Conservative-controlled Hertfordshire County Council's plans for a massive incinerator at New Barnfield will only worsen the situation (through HGV traffic to and from the site, and the incinerator's own emissions). And the air quality in the Borough could potentially be affected by other existing and planned /proposed facilities, like Edmonton (London EcoWaste Park) and Fieldes Lane, Hoddesdon (which are close as the crow flies).
There are already issues with the air quality in Hatfield – according to Veolia’s Health Impact Assessment (p.57) measurements carried out at the de Havilland School between December 2010 and August 2011 showed higher than expected readings – it explains this as being due to weather conditions leading to a cap of still air which trapped the pollutants (p.58).

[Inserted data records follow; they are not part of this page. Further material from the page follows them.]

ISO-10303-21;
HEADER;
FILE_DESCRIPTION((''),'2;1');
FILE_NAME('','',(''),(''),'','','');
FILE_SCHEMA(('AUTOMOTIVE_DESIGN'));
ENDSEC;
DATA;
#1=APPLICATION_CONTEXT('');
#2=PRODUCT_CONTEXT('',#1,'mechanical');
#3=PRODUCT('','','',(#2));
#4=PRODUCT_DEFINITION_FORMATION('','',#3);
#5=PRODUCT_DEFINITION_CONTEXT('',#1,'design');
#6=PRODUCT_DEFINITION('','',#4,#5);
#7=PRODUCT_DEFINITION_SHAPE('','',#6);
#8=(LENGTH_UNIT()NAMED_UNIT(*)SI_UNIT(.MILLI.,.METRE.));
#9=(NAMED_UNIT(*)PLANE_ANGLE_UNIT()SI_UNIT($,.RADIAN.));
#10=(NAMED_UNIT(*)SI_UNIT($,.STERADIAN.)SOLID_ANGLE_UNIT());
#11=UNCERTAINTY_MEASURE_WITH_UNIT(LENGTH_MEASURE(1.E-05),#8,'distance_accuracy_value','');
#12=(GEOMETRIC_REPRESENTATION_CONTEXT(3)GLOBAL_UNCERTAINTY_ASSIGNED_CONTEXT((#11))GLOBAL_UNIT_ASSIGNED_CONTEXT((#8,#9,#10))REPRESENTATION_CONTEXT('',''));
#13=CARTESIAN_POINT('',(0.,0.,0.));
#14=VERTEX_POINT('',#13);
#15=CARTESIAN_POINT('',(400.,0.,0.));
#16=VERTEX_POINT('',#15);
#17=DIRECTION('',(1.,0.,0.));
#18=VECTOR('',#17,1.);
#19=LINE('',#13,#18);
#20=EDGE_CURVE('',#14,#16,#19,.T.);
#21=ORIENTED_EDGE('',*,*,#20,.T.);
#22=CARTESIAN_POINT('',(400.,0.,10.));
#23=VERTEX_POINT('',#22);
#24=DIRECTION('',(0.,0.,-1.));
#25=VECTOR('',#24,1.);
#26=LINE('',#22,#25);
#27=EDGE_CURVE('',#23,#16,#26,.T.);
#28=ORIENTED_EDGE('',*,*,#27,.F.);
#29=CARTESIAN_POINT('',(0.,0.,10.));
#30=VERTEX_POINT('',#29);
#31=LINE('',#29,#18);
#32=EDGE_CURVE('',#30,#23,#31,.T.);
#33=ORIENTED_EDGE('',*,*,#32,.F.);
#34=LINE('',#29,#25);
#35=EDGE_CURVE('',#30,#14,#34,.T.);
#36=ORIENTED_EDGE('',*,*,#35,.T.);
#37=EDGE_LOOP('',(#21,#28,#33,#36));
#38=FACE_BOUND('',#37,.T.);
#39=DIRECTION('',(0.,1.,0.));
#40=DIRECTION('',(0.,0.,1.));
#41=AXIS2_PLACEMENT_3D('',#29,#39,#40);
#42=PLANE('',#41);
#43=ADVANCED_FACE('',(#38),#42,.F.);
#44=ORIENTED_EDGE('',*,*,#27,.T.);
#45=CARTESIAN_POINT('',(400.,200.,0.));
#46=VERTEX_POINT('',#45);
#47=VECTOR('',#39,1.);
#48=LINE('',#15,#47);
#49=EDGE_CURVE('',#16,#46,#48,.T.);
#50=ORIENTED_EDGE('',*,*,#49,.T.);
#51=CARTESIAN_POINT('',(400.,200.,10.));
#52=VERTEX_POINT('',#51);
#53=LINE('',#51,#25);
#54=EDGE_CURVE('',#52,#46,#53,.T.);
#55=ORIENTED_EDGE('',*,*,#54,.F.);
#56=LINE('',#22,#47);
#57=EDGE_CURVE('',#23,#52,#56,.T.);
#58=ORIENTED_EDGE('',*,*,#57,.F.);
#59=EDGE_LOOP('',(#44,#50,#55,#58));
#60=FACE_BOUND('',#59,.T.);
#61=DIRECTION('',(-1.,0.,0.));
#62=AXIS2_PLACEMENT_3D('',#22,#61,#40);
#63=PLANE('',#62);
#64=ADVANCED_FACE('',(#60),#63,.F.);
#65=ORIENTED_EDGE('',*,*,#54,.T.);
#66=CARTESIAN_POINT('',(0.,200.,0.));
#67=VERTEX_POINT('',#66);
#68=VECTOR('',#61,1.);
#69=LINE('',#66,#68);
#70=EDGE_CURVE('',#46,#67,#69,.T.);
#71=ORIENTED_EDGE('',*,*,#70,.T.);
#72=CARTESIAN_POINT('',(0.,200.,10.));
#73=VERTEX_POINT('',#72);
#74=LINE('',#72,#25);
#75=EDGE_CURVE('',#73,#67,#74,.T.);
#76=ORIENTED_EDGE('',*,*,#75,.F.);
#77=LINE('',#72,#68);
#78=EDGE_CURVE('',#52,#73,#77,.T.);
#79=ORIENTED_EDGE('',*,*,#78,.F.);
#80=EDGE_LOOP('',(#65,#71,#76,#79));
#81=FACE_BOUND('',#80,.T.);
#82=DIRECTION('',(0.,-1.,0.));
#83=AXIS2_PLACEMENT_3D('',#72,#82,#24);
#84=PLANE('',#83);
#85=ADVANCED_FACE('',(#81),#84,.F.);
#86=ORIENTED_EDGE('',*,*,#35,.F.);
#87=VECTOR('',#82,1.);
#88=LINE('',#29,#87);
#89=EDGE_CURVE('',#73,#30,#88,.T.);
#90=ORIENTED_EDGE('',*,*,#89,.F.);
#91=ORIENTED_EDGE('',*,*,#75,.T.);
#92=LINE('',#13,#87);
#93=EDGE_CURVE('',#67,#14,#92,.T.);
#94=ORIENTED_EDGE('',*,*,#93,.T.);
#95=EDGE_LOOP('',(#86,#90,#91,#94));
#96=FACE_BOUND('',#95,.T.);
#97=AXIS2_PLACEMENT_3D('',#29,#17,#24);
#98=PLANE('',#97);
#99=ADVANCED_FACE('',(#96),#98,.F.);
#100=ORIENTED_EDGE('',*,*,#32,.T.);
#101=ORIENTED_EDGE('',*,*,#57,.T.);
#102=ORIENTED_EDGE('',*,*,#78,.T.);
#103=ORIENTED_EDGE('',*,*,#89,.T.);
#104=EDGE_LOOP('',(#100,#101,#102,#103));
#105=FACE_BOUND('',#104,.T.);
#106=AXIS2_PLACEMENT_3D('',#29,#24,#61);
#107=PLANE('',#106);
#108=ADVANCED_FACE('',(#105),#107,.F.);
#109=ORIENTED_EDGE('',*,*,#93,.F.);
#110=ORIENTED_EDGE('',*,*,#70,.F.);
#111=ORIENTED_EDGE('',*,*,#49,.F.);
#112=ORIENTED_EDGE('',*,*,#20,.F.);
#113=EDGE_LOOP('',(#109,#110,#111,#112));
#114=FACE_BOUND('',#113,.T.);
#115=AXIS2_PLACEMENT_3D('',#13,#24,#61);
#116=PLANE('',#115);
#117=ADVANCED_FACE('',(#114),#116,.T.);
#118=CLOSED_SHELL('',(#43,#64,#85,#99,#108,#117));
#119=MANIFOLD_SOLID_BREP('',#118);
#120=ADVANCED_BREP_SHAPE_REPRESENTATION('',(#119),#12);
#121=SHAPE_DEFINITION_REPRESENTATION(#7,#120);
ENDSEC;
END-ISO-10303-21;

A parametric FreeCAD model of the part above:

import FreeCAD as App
import Part
import Sketcher
Q = App.Units.Quantity


def add_polygon(sketch, points):
    """Adds a closed chain of lines whose ends are joined by coincident constraints."""
    first, n = sketch.GeometryCount, len(points)
    for a, b in zip(points, points[1:] + points[:1]):
        sketch.addGeometry(Part.LineSegment(App.Vector(*a, 0), App.Vector(*b, 0)), False)
    for i in range(n):
        sketch.addConstraint(Sketcher.Constraint("Coincident", first + i, 2, first + (i + 1) % n, 1))

doc = App.newDocument("Part")
params = doc.addObject("Spreadsheet::Sheet", "Params")
for row, (alias, value) in enumerate([
    ("sketch1_width", "400 mm"),
    ("sketch1_height", "200 mm"),
    ("pad1_length", "10 mm"),
], start=1):
    params.set(f"A{row}", alias)
    params.set(f"B{row}", "=" + value)
    params.setAlias(f"B{row}", alias)

body = doc.addObject("PartDesign::Body", "Body")

# Sketch on XY plane
sketch1 = doc.addObject("Sketcher::SketchObject", "Sketch")
body.addObject(sketch1)
sketch1.AttachmentSupport = (doc.XY_Plane, [""])
sketch1.MapMode = "FlatFace"
add_polygon(sketch1, [(0, 200), (0, 0), (400, 0), (400, 200)])  # lines 0-3
sketch1.addConstraint(Sketcher.Constraint("Vertical", 0))
sketch1.addConstraint(Sketcher.Constraint("Horizontal", 1))
sketch1.addConstraint(Sketcher.Constraint("Vertical", 2))
sketch1.addConstraint(Sketcher.Constraint("Horizontal", 3))
sketch1.addConstraint(Sketcher.Constraint("Coincident", 0, 2, -1, 1))
sketch1.addConstraint(Sketcher.Constraint("DistanceX", 1, 1, 1, 2, Q("400 mm")))
sketch1.addConstraint(Sketcher.Constraint("DistanceY", 0, 2, 0, 1, Q("200 mm")))
sketch1.setExpression("Constraints[9]", "Params.sketch1_width")
sketch1.setExpression("Constraints[10]", "Params.sketch1_height")
pad1 = doc.addObject("PartDesign::Pad", "Pad")
body.addObject(pad1)
pad1.Profile = sketch1
pad1.setExpression("Length", "Params.pad1_length")

doc.recompute()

Incinerator emissions pose an added dimension to the threat:
"Chingford Green Ward has the second highest number of child deaths relative to its population in the whole of London, according to the most recent figures. Infant mortality rates are usually found in areas of high deprivation but Chingford Green Ward is the second richest part of the borough. The ward is close to Britain's largest incinerator in Edmonton and one researcher, Michael Ryan, says he has gathered evidence from across the country that areas situated where toxic emissions start to fall to the ground have a high rate of child deaths."http://www.guardian-series.co.uk/news/wfnews/1592749.Concerns_over_infant_death_rates_in_Chingford_Green/
"Figures from the Office of National Statistics show a jump in infant deaths in Great Lever - where the Raikes Lane waste plant incinerator is based. The Royal Bolton Hospital is also on the edge of the ward boundary. The Health Protection Agency (HPA) does not believe incinerators cause “significant risk”, but is now looking to reassure the public with a special study."http://www.theboltonnews.co.uk/news/districtnews/9079433.Waste_incinerators_inquiry_into_link_with_infant_deaths/Unless the authorities start taking action apart from the physical cost (and damage to people's lives) there will be an added tax burden - EU fines, rising NHS and other ill-heath benefit costs...at a time when we cannot afford it.

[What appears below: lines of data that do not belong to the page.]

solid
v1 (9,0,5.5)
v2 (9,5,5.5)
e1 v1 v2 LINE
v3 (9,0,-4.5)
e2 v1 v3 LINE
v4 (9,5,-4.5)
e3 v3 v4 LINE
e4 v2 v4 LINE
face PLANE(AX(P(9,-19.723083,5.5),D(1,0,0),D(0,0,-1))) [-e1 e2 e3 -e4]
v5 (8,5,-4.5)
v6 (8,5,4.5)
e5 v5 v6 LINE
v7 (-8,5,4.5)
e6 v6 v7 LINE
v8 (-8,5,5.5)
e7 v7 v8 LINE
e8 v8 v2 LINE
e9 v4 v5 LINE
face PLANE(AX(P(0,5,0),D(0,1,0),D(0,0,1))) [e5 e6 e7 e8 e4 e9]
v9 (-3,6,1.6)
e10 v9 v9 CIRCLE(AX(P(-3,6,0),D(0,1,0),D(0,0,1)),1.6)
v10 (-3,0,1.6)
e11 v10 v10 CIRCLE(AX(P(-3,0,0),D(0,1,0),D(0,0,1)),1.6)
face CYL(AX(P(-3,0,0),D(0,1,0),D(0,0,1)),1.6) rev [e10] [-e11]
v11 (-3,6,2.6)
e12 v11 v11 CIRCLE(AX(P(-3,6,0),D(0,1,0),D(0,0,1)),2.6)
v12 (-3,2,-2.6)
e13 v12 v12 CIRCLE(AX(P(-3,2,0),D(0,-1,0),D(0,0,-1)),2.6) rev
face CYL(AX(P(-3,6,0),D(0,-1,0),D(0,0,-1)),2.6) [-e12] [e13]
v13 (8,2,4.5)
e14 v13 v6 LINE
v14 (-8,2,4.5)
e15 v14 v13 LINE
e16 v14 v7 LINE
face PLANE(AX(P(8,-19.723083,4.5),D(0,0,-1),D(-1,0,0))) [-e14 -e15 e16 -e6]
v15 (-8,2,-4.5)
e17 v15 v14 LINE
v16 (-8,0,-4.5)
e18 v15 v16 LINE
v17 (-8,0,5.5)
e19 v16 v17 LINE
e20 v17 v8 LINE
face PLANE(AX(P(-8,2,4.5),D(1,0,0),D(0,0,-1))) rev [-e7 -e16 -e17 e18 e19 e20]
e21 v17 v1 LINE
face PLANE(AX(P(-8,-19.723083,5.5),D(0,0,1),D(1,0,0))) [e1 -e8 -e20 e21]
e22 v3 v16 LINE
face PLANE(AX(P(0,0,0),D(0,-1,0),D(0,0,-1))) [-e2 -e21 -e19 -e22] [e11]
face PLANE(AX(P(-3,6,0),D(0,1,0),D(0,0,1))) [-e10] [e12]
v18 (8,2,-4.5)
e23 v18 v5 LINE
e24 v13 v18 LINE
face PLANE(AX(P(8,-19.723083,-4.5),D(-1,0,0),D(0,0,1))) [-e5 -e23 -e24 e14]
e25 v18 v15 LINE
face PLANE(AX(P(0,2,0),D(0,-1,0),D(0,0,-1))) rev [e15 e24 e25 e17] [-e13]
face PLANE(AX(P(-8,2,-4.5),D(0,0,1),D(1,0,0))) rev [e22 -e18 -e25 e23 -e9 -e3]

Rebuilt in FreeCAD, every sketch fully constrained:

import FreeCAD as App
import Part
import Sketcher

V = App.Vector

doc = App.newDocument("Part")
params = doc.addObject("Spreadsheet::Sheet", "Params")
for row, (alias, value) in enumerate([
    ("sketch1_width", "16 mm"),
    ("sketch1_height", "9 mm"),
    ("pad1_length", "2 mm"),
    ("sketch2_diameter", "5.2 mm"),
    ("pad2_length", "4 mm"),
    ("sketch3_width", "17 mm"),
    ("sketch3_width2", "1 mm"),
    ("sketch3_height", "10 mm"),
    ("pad3_length", "3 mm"),
    ("pad3_length2", "2 mm"),
    ("sketch4_diameter", "3.2 mm"),
], start=1):
    params.set(f"A{row}", alias)
    params.set(f"B{row}", "=" + value)
    params.setAlias(f"B{row}", alias)

body = doc.addObject("PartDesign::Body", "Body")

sketch1 = body.newObject("Sketcher::SketchObject", "Sketch")
sketch1.AttachmentSupport = (doc.getObject("XZ_Plane"), [""])
sketch1.MapMode = "FlatFace"
sketch1.addGeometry(Part.LineSegment(V(-8, -4, 0), V(-8, 4, 0)), False)
sketch1.addGeometry(Part.LineSegment(V(-8, 4, 0), V(8, 4, 0)), False)
sketch1.addGeometry(Part.LineSegment(V(8, 4, 0), V(8, -4, 0)), False)
sketch1.addGeometry(Part.LineSegment(V(8, -4, 0), V(-8, -4, 0)), False)
sketch1.addConstraint(Sketcher.Constraint("Coincident", 0, 2, 1, 1))
sketch1.addConstraint(Sketcher.Constraint("Coincident", 1, 2, 2, 1))
sketch1.addConstraint(Sketcher.Constraint("Coincident", 2, 2, 3, 1))
sketch1.addConstraint(Sketcher.Constraint("Coincident", 3, 2, 0, 1))
sketch1.addConstraint(Sketcher.Constraint("Vertical", 0))
sketch1.addConstraint(Sketcher.Constraint("Horizontal", 1))
sketch1.addConstraint(Sketcher.Constraint("Vertical", 2))
sketch1.addConstraint(Sketcher.Constraint("Horizontal", 3))
sketch1.addConstraint(Sketcher.Constraint("Symmetric", 0, 2, 2, 2, -1, 1))
sketch1.addConstraint(Sketcher.Constraint("DistanceX", 1, 1, 1, 2, 16.0))
sketch1.addConstraint(Sketcher.Constraint("DistanceY", 0, 1, 0, 2, 9.0))
sketch1.setExpression("Constraints[9]", "Params.sketch1_width")
sketch1.setExpression("Constraints[10]", "Params.sketch1_height")
pad1 = body.newObject("PartDesign::Pad", "Pad")
pad1.Profile = sketch1
pad1.setExpression("Length", "Params.pad1_length")
pad1.Reversed = True

sketch2 = body.newObject("Sketcher::SketchObject", "Sketch001")
sketch2.AttachmentSupport = (doc.getObject("XZ_Plane"), [""])
sketch2.MapMode = "FlatFace"
sketch2.AttachmentOffset = App.Placement(V(0, 0, -2), App.Rotation())
sketch2.addGeometry(Part.Circle(V(-3, 0, 0), V(0, 0, 1), 2.6), False)
sketch2.addConstraint(Sketcher.Constraint("PointOnObject", 0, 3, -1))
sketch2.addConstraint(Sketcher.Constraint("Diameter", 0, 5.2))
sketch2.addConstraint(Sketcher.Constraint("DistanceX", 0, 3, -1, 1, 3.0))
sketch2.setExpression("Constraints[1]", "Params.sketch2_diameter")
pad2 = body.newObject("PartDesign::Pad", "Pad001")
pad2.Profile = sketch2
pad2.setExpression("Length", "Params.pad2_length")
pad2.Reversed = True

sketch3 = body.newObject("Sketcher::SketchObject", "Sketch002")
sketch3.AttachmentSupport = (doc.getObject("XZ_Plane"), [""])
sketch3.MapMode = "FlatFace"
sketch3.AttachmentOffset = App.Placement(V(0, 0, -2), App.Rotation())
sketch3.addGeometry(Part.LineSegment(V(-8, 4.5, 0), V(-8, 5.5, 0)), False)
sketch3.addGeometry(Part.LineSegment(V(-8, 5.5, 0), V(9, 5.5, 0)), False)
sketch3.addGeometry(Part.LineSegment(V(9, 5.5, 0), V(9, -4.5, 0)), False)
sketch3.addGeometry(Part.LineSegment(V(9, -4.5, 0), V(8, -4.5, 0)), False)
sketch3.addGeometry(Part.LineSegment(V(8, -4.5, 0), V(8, 4.5, 0)), False)
sketch3.addGeometry(Part.LineSegment(V(8, 4.5, 0), V(-8, 4.5, 0)), False)
sketch3.addConstraint(Sketcher.Constraint("Coincident", 0, 2, 1, 1))
sketch3.addConstraint(Sketcher.Constraint("Coincident", 1, 2, 2, 1))
sketch3.addConstraint(Sketcher.Constraint("Coincident", 2, 2, 3, 1))
sketch3.addConstraint(Sketcher.Constraint("Coincident", 3, 2, 4, 1))
sketch3.addConstraint(Sketcher.Constraint("Coincident", 4, 2, 5, 1))
sketch3.addConstraint(Sketcher.Constraint("Coincident", 5, 2, 0, 1))
sketch3.addConstraint(Sketcher.Constraint("Vertical", 0))
sketch3.addConstraint(Sketcher.Constraint("Horizontal", 1))
sketch3.addConstraint(Sketcher.Constraint("Vertical", 2))
sketch3.addConstraint(Sketcher.Constraint("Horizontal", 3))
sketch3.addConstraint(Sketcher.Constraint("Vertical", 4))
sketch3.addConstraint(Sketcher.Constraint("Horizontal", 5))
sketch3.addConstraint(Sketcher.Constraint("Symmetric", 3, 2, 5, 2, -1, 1))
sketch3.addConstraint(Sketcher.Constraint("Equal", 3, 0))
sketch3.addConstraint(Sketcher.Constraint("DistanceX", 1, 1, 1, 2, 17.0))
sketch3.addConstraint(Sketcher.Constraint("DistanceX", 3, 2, 3, 1, 1.0))
sketch3.addConstraint(Sketcher.Constraint("DistanceY", 2, 2, 2, 1, 10.0))
sketch3.setExpression("Constraints[14]", "Params.sketch3_width")
sketch3.setExpression("Constraints[15]", "Params.sketch3_width2")
sketch3.setExpression("Constraints[16]", "Params.sketch3_height")
pad3 = body.newObject("PartDesign::Pad", "Pad002")
pad3.Profile = sketch3
pad3.Type = "TwoLengths"
pad3.setExpression("Length", "Params.pad3_length")
pad3.setExpression("Length2", "Params.pad3_length2")
pad3.Reversed = True

sketch4 = body.newObject("Sketcher::SketchObject", "Sketch003")
sketch4.AttachmentSupport = (doc.getObject("XZ_Plane"), [""])
sketch4.MapMode = "FlatFace"
sketch4.AttachmentOffset = App.Placement(V(0, 0, -6), App.Rotation())
sketch4.addGeometry(Part.Circle(V(-3, 0, 0), V(0, 0, 1), 1.6), False)
sketch4.addConstraint(Sketcher.Constraint("PointOnObject", 0, 3, -1))
sketch4.addConstraint(Sketcher.Constraint("Diameter", 0, 3.2))
sketch4.addConstraint(Sketcher.Constraint("DistanceX", 0, 3, -1, 1, 3.0))
sketch4.setExpression("Constraints[1]", "Params.sketch4_diameter")
pocket1 = body.newObject("PartDesign::Pocket", "Pocket")
pocket1.Profile = sketch4
pocket1.Type = "ThroughAll"
pocket1.Reversed = True

doc.recompute()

"In addition, the new EU air quality directive will force the UK to reduce nitrogen dioxide pollution on some of the capital's busiest streets by more than a third by the end of 2009, in order to move towards World Health Organisation guidelines. If air quality improvements are not achieved quickly, the UK could be taken to the European court. The court has powers to impose unlimited fines."http://www.guardian.co.uk/environment/2008/aug/26/pollution.boris
“If the UK adopted the US Clean Air Act of 1997 we could easily reduce the annual NHS bill by £24 billion. The US saved $193 billion just from reduced hospital visits and days off work according to the White House Office of Management and Budget report which was featured in the Washington Post, 27 September 2003."http://www.publications.parliament.uk/pa/cm200506/cmselect/cmenvfru/780/780we14.htm
It is worth noting that this is not simply a question of stopping the incinerator - it is a global problem that requires a global solution. Keep an eye out when watching the news it's clear to see that the build up of smog in India and China is getting as bad, if not worse than Los Angeles (I've seen it, several years ago, in the mountains of Switzerland and off the Greek coast when it was clearly too hot for it to be fog or mist).